Mike with his million watt smile |
This week we remember filmmaker Mike DeGruy's passing with much sadness.
Mike deGruy was a graduate student in marine biology when he first picked up a 16mm film camera. Thirty-plus years on, his company, the Film Crew Inc., travels the oceans making underwater films for the BBC, PBS, National Geographic and Discovery Channel. He dived beneath both poles and visited the hydrothermal vents in both the Atlantic and the Pacific. And as you can imagine, he collected many stories along the way.

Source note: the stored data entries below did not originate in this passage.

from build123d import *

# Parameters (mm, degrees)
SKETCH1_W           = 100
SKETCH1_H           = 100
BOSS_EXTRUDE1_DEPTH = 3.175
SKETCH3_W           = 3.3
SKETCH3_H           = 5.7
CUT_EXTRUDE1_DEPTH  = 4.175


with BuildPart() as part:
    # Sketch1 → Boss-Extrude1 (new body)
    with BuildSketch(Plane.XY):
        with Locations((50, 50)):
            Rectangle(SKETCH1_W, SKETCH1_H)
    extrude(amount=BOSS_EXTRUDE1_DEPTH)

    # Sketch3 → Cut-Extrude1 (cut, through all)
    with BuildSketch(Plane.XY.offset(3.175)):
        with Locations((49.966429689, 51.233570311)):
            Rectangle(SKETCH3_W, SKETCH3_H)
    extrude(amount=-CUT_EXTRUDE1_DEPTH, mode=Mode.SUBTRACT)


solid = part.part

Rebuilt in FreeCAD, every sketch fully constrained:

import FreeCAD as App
import Part
import Sketcher
from FreeCAD import Vector
Q = App.Units.Quantity

doc = App.newDocument("Part")
body = doc.addObject("PartDesign::Body", "Body")

# Sketch on XY plane
sketch1 = doc.addObject("Sketcher::SketchObject", "Sketch")
body.addObject(sketch1)
sketch1.AttachmentSupport = (doc.XY_Plane, [""])
sketch1.MapMode = "FlatFace"
sketch1.addGeometry([
    Part.LineSegment(Vector(0, 100, 0), Vector(0, 0, 0)),
    Part.LineSegment(Vector(0, 0, 0), Vector(100, 0, 0)),
    Part.LineSegment(Vector(100, 0, 0), Vector(100, 100, 0)),
    Part.LineSegment(Vector(100, 100, 0), Vector(0, 100, 0)),
], False)
sketch1.addConstraint([
    Sketcher.Constraint("Coincident", 0, 2, 1, 1),
    Sketcher.Constraint("Coincident", 1, 2, 2, 1),
    Sketcher.Constraint("Coincident", 2, 2, 3, 1),
    Sketcher.Constraint("Coincident", 3, 2, 0, 1),
    Sketcher.Constraint("Vertical", 0),
    Sketcher.Constraint("Horizontal", 1),
    Sketcher.Constraint("Vertical", 2),
    Sketcher.Constraint("Horizontal", 3),
    Sketcher.Constraint("Coincident", 0, 2, -1, 1),
    Sketcher.Constraint("Equal", 3, 0),
    Sketcher.Constraint("DistanceX", 1, 1, 1, 2, Q("100 mm")),
])
pad1 = doc.addObject("PartDesign::Pad", "Pad")
body.addObject(pad1)
pad1.Profile = sketch1
pad1.Length = 3.175

# Sketch on XY plane
sketch2 = doc.addObject("Sketcher::SketchObject", "Sketch001")
body.addObject(sketch2)
sketch2.AttachmentSupport = (doc.XY_Plane, [""])
sketch2.MapMode = "FlatFace"
sketch2.AttachmentOffset = App.Placement(Vector(0, 0, 3.175), App.Rotation())
sketch2.addGeometry([
    Part.LineSegment(Vector(48.3, 54.1, 0), Vector(48.3, 48.4, 0)),
    Part.LineSegment(Vector(48.3, 48.4, 0), Vector(51.6, 48.4, 0)),
    Part.LineSegment(Vector(51.6, 48.4, 0), Vector(51.6, 54.1, 0)),
    Part.LineSegment(Vector(51.6, 54.1, 0), Vector(48.3, 54.1, 0)),
], False)
sketch2.addConstraint([
    Sketcher.Constraint("Coincident", 0, 2, 1, 1),
    Sketcher.Constraint("Coincident", 1, 2, 2, 1),
    Sketcher.Constraint("Coincident", 2, 2, 3, 1),
    Sketcher.Constraint("Coincident", 3, 2, 0, 1),
    Sketcher.Constraint("Vertical", 0),
    Sketcher.Constraint("Horizontal", 1),
    Sketcher.Constraint("Vertical", 2),
    Sketcher.Constraint("Horizontal", 3),
    Sketcher.Constraint("DistanceX", 1, 1, 1, 2, Q("3.3 mm")),
    Sketcher.Constraint("DistanceY", 0, 2, 0, 1, Q("5.7 mm")),
    Sketcher.Constraint("DistanceX", -1, 1, 0, 2, Q("48.31643 mm")),
    Sketcher.Constraint("DistanceY", -1, 1, 0, 2, Q("48.38357 mm")),
])
pocket1 = doc.addObject("PartDesign::Pocket", "Pocket")
body.addObject(pocket1)
pocket1.Profile = sketch2
pocket1.Type = "ThroughAll"

doc.recompute()
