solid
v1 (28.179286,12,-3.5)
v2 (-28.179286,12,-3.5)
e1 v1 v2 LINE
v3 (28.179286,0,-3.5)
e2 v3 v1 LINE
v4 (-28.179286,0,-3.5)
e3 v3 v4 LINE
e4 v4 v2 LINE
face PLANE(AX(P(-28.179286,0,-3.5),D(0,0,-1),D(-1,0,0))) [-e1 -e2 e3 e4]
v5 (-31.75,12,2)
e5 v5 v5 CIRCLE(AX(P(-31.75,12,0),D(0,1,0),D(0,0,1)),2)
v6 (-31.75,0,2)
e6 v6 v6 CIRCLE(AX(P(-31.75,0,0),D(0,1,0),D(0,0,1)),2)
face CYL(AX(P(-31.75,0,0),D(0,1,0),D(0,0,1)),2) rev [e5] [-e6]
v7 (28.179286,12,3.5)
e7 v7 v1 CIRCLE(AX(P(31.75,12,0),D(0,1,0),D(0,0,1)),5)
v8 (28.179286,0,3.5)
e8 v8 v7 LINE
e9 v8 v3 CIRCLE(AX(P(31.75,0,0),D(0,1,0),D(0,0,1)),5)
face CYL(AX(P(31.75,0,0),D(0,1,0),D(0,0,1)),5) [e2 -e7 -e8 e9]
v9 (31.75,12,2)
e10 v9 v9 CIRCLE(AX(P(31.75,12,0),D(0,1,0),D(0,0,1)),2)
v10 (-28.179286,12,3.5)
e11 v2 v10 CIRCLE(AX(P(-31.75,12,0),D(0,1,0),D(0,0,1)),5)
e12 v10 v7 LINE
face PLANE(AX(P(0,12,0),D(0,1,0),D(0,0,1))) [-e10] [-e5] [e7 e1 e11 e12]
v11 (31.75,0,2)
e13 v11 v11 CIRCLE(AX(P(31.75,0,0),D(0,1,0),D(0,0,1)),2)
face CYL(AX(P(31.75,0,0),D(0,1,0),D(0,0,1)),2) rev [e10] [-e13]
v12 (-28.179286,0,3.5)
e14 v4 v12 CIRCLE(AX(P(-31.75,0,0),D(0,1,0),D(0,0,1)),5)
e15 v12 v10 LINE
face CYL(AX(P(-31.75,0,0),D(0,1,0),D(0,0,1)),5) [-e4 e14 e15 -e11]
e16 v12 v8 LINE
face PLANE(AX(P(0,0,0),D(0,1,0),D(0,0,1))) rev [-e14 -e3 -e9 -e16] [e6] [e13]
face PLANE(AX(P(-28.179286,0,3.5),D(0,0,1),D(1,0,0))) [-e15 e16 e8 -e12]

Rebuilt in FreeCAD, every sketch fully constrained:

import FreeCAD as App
import Part
import Sketcher
from FreeCAD import Vector
Q = App.Units.Quantity

doc = App.newDocument("Part")
body = doc.addObject("PartDesign::Body", "Body")

sketch1 = doc.addObject("Sketcher::SketchObject", "Sketch")
body.addObject(sketch1)
sketch1.AttachmentSupport = (doc.XZ_Plane, [""])
sketch1.MapMode = "FlatFace"
sketch1.addGeometry(Part.LineSegment(Vector(-28, -2, 0), Vector(-28, 2, 0)), False)
sketch1.addGeometry(Part.LineSegment(Vector(-28, 2, 0), Vector(28, 2, 0)), False)
sketch1.addGeometry(Part.LineSegment(Vector(28, 2, 0), Vector(28, -2, 0)), False)
sketch1.addGeometry(Part.LineSegment(Vector(28, -2, 0), Vector(-28, -2, 0)), False)
sketch1.addConstraint(Sketcher.Constraint("Coincident", 0, 2, 1, 1))
sketch1.addConstraint(Sketcher.Constraint("Coincident", 1, 2, 2, 1))
sketch1.addConstraint(Sketcher.Constraint("Coincident", 2, 2, 3, 1))
sketch1.addConstraint(Sketcher.Constraint("Coincident", 3, 2, 0, 1))
sketch1.addConstraint(Sketcher.Constraint("Vertical", 0))
sketch1.addConstraint(Sketcher.Constraint("Horizontal", 1))
sketch1.addConstraint(Sketcher.Constraint("Vertical", 2))
sketch1.addConstraint(Sketcher.Constraint("Horizontal", 3))
sketch1.addConstraint(Sketcher.Constraint("Symmetric", 0, 2, 2, 2, -1, 1))
sketch1.addConstraint(Sketcher.Constraint("DistanceX", 1, 1, 1, 2, Q("56 mm")))
sketch1.addConstraint(Sketcher.Constraint("DistanceY", 0, 1, 0, 2, Q("5 mm")))
pad1 = doc.addObject("PartDesign::Pad", "Pad")
body.addObject(pad1)
pad1.Profile = sketch1
pad1.Length = 12
pad1.Reversed = True

sketch2 = doc.addObject("Sketcher::SketchObject", "Sketch001")
body.addObject(sketch2)
sketch2.AttachmentSupport = (doc.XZ_Plane, [""])
sketch2.MapMode = "FlatFace"
sketch2.AttachmentOffset = App.Placement(Vector(0, 0, -12), App.Rotation())
sketch2.addGeometry(Part.Circle(Vector(31.8, 0, 0), Vector(0, 0, 1), 4), False)
sketch2.addGeometry(Part.Circle(Vector(-31.8, 0, 0), Vector(0, 0, 1), 4), False)
sketch2.addConstraint(Sketcher.Constraint("Equal", 0, 1))
sketch2.addConstraint(Sketcher.Constraint("Symmetric", 0, 3, 1, 3, -1, 1))
sketch2.addConstraint(Sketcher.Constraint("PointOnObject", 0, 3, -1))
sketch2.addConstraint(Sketcher.Constraint("Diameter", 0, Q("8 mm")))
sketch2.addConstraint(Sketcher.Constraint("DistanceX", 1, 3, 0, 3, Q("63.5 mm")))
pad2 = doc.addObject("PartDesign::Pad", "Pad001")
body.addObject(pad2)
pad2.Profile = sketch2
pad2.Length = 12

sketch3 = doc.addObject("Sketcher::SketchObject", "Sketch002")
body.addObject(sketch3)
sketch3.AttachmentSupport = (doc.XZ_Plane, [""])
sketch3.MapMode = "FlatFace"
sketch3.AttachmentOffset = App.Placement(Vector(0, 0, -12), App.Rotation())
sketch3.addGeometry(Part.LineSegment(Vector(-31, -3, 0), Vector(-31, 3, 0)), False)
sketch3.addGeometry(Part.LineSegment(Vector(-31, 3, 0), Vector(31, 3, 0)), False)
sketch3.addGeometry(Part.LineSegment(Vector(31, 3, 0), Vector(31, -3, 0)), False)
sketch3.addGeometry(Part.LineSegment(Vector(31, -3, 0), Vector(-31, -3, 0)), False)
sketch3.addConstraint(Sketcher.Constraint("Coincident", 0, 2, 1, 1))
sketch3.addConstraint(Sketcher.Constraint("Coincident", 1, 2, 2, 1))
sketch3.addConstraint(Sketcher.Constraint("Coincident", 2, 2, 3, 1))
sketch3.addConstraint(Sketcher.Constraint("Coincident", 3, 2, 0, 1))
sketch3.addConstraint(Sketcher.Constraint("Vertical", 0))
sketch3.addConstraint(Sketcher.Constraint("Horizontal", 1))
sketch3.addConstraint(Sketcher.Constraint("Vertical", 2))
sketch3.addConstraint(Sketcher.Constraint("Horizontal", 3))
sketch3.addConstraint(Sketcher.Constraint("Symmetric", 0, 2, 2, 2, -1, 1))
sketch3.addConstraint(Sketcher.Constraint("DistanceY", 0, 1, 0, 2, Q("5.5 mm")))
sketch3.addConstraint(Sketcher.Constraint("DistanceX", 1, 1, 1, 2, Q("61.198456 mm")))
pad3 = doc.addObject("PartDesign::Pad", "Pad002")
body.addObject(pad3)
pad3.Profile = sketch3
pad3.Length = 12

sketch4 = doc.addObject("Sketcher::SketchObject", "Sketch003")
body.addObject(sketch4)
sketch4.AttachmentSupport = (doc.XZ_Plane, [""])
sketch4.MapMode = "FlatFace"
sketch4.AttachmentOffset = App.Placement(Vector(0, 0, -12), App.Rotation())
sketch4.addGeometry(Part.Circle(Vector(-31.8, 0, 0), Vector(0, 0, 1), 2), False)
sketch4.addGeometry(Part.Circle(Vector(31.8, 0, 0), Vector(0, 0, 1), 2), False)
sketch4.addConstraint(Sketcher.Constraint("Equal", 0, 1))
sketch4.addConstraint(Sketcher.Constraint("Symmetric", 0, 3, 1, 3, -1, 1))
sketch4.addConstraint(Sketcher.Constraint("PointOnObject", 0, 3, -1))
sketch4.addConstraint(Sketcher.Constraint("Diameter", 0, Q("4 mm")))
sketch4.addConstraint(Sketcher.Constraint("DistanceX", 0, 3, 1, 3, Q("63.5 mm")))
pocket1 = doc.addObject("PartDesign::Pocket", "Pocket")
body.addObject(pocket1)
pocket1.Profile = sketch4
pocket1.Length = 12
pocket1.Reversed = True

sketch5 = doc.addObject("Sketcher::SketchObject", "Sketch004")
body.addObject(sketch5)
sketch5.AttachmentSupport = (doc.XZ_Plane, [""])
sketch5.MapMode = "FlatFace"
sketch5.AttachmentOffset = App.Placement(Vector(0, 0, -12), App.Rotation())
sketch5.addGeometry(Part.Circle(Vector(-32, 0, 0), Vector(0, 0, 1), 5), False)
sketch5.addGeometry(Part.Circle(Vector(32, 0, 0), Vector(0, 0, 1), 5), False)
sketch5.addConstraint(Sketcher.Constraint("Equal", 0, 1))
sketch5.addConstraint(Sketcher.Constraint("Symmetric", 0, 3, 1, 3, -1, 1))
sketch5.addConstraint(Sketcher.Constraint("PointOnObject", 0, 3, -1))
sketch5.addConstraint(Sketcher.Constraint("Diameter", 0, Q("10 mm")))
sketch5.addConstraint(Sketcher.Constraint("DistanceX", 0, 3, 1, 3, Q("63.5 mm")))
pad4 = doc.addObject("PartDesign::Pad", "Pad003")
body.addObject(pad4)
pad4.Profile = sketch5
pad4.Length = 12

sketch6 = doc.addObject("Sketcher::SketchObject", "Sketch005")
body.addObject(sketch6)
sketch6.AttachmentSupport = (doc.XZ_Plane, [""])
sketch6.MapMode = "FlatFace"
sketch6.AttachmentOffset = App.Placement(Vector(0, 0, -12), App.Rotation())
sketch6.addGeometry(Part.LineSegment(Vector(-28, -4, 0), Vector(-28, 4, 0)), False)
sketch6.addGeometry(Part.LineSegment(Vector(-28, 4, 0), Vector(28, 4, 0)), False)
sketch6.addGeometry(Part.LineSegment(Vector(28, 4, 0), Vector(28, -4, 0)), False)
sketch6.addGeometry(Part.LineSegment(Vector(28, -4, 0), Vector(-28, -4, 0)), False)
sketch6.addConstraint(Sketcher.Constraint("Coincident", 0, 2, 1, 1))
sketch6.addConstraint(Sketcher.Constraint("Coincident", 1, 2, 2, 1))
sketch6.addConstraint(Sketcher.Constraint("Coincident", 2, 2, 3, 1))
sketch6.addConstraint(Sketcher.Constraint("Coincident", 3, 2, 0, 1))
sketch6.addConstraint(Sketcher.Constraint("Vertical", 0))
sketch6.addConstraint(Sketcher.Constraint("Horizontal", 1))
sketch6.addConstraint(Sketcher.Constraint("Vertical", 2))
sketch6.addConstraint(Sketcher.Constraint("Horizontal", 3))
sketch6.addConstraint(Sketcher.Constraint("Symmetric", 0, 2, 2, 2, -1, 1))
sketch6.addConstraint(Sketcher.Constraint("DistanceY", 0, 1, 0, 2, Q("7 mm")))
sketch6.addConstraint(Sketcher.Constraint("DistanceX", 1, 1, 1, 2, Q("56.358572 mm")))
pad5 = doc.addObject("PartDesign::Pad", "Pad004")
body.addObject(pad5)
pad5.Profile = sketch6
pad5.Length = 12

sketch7 = doc.addObject("Sketcher::SketchObject", "Sketch006")
body.addObject(sketch7)
sketch7.AttachmentSupport = (doc.XZ_Plane, [""])
sketch7.MapMode = "FlatFace"
sketch7.AttachmentOffset = App.Placement(Vector(0, 0, -12), App.Rotation())
sketch7.addGeometry(Part.Circle(Vector(31.8, 0, 0), Vector(0, 0, 1), 2), False)
sketch7.addGeometry(Part.Circle(Vector(-31.8, 0, 0), Vector(0, 0, 1), 2), False)
sketch7.addConstraint(Sketcher.Constraint("Equal", 0, 1))
sketch7.addConstraint(Sketcher.Constraint("Symmetric", 0, 3, 1, 3, -1, 1))
sketch7.addConstraint(Sketcher.Constraint("PointOnObject", 0, 3, -1))
sketch7.addConstraint(Sketcher.Constraint("Diameter", 0, Q("4 mm")))
sketch7.addConstraint(Sketcher.Constraint("DistanceX", 1, 3, 0, 3, Q("63.5 mm")))
pocket2 = doc.addObject("PartDesign::Pocket", "Pocket001")
body.addObject(pocket2)
pocket2.Profile = sketch7
pocket2.Length = 12
pocket2.Reversed = True

doc.recompute()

An accomplished diver and underwater cinematographer, deGruy also became a go-to host and expedition member on shows like the recent Mysteries of the Shark Coast with Céline Cousteau and Richard Fitzpatrick. (He was a regular on Shark Week -- and a shark attack survivor himelf.) But his first passion was cephalopods, and in fact deGruy and his team were the first to film two rarely seen cephalopods, the nautilus and the vampire squid, in their home ocean.
The Sad News
Mike DeGruy, the internationally respected and unanimously liked documentarian of underwater nature films who called Santa Barbara home, died today in a helicopter crash in Australia just before 4 p.m. local time. He had just turned 60 years old at the end of December, and leaves behind his wife and two children.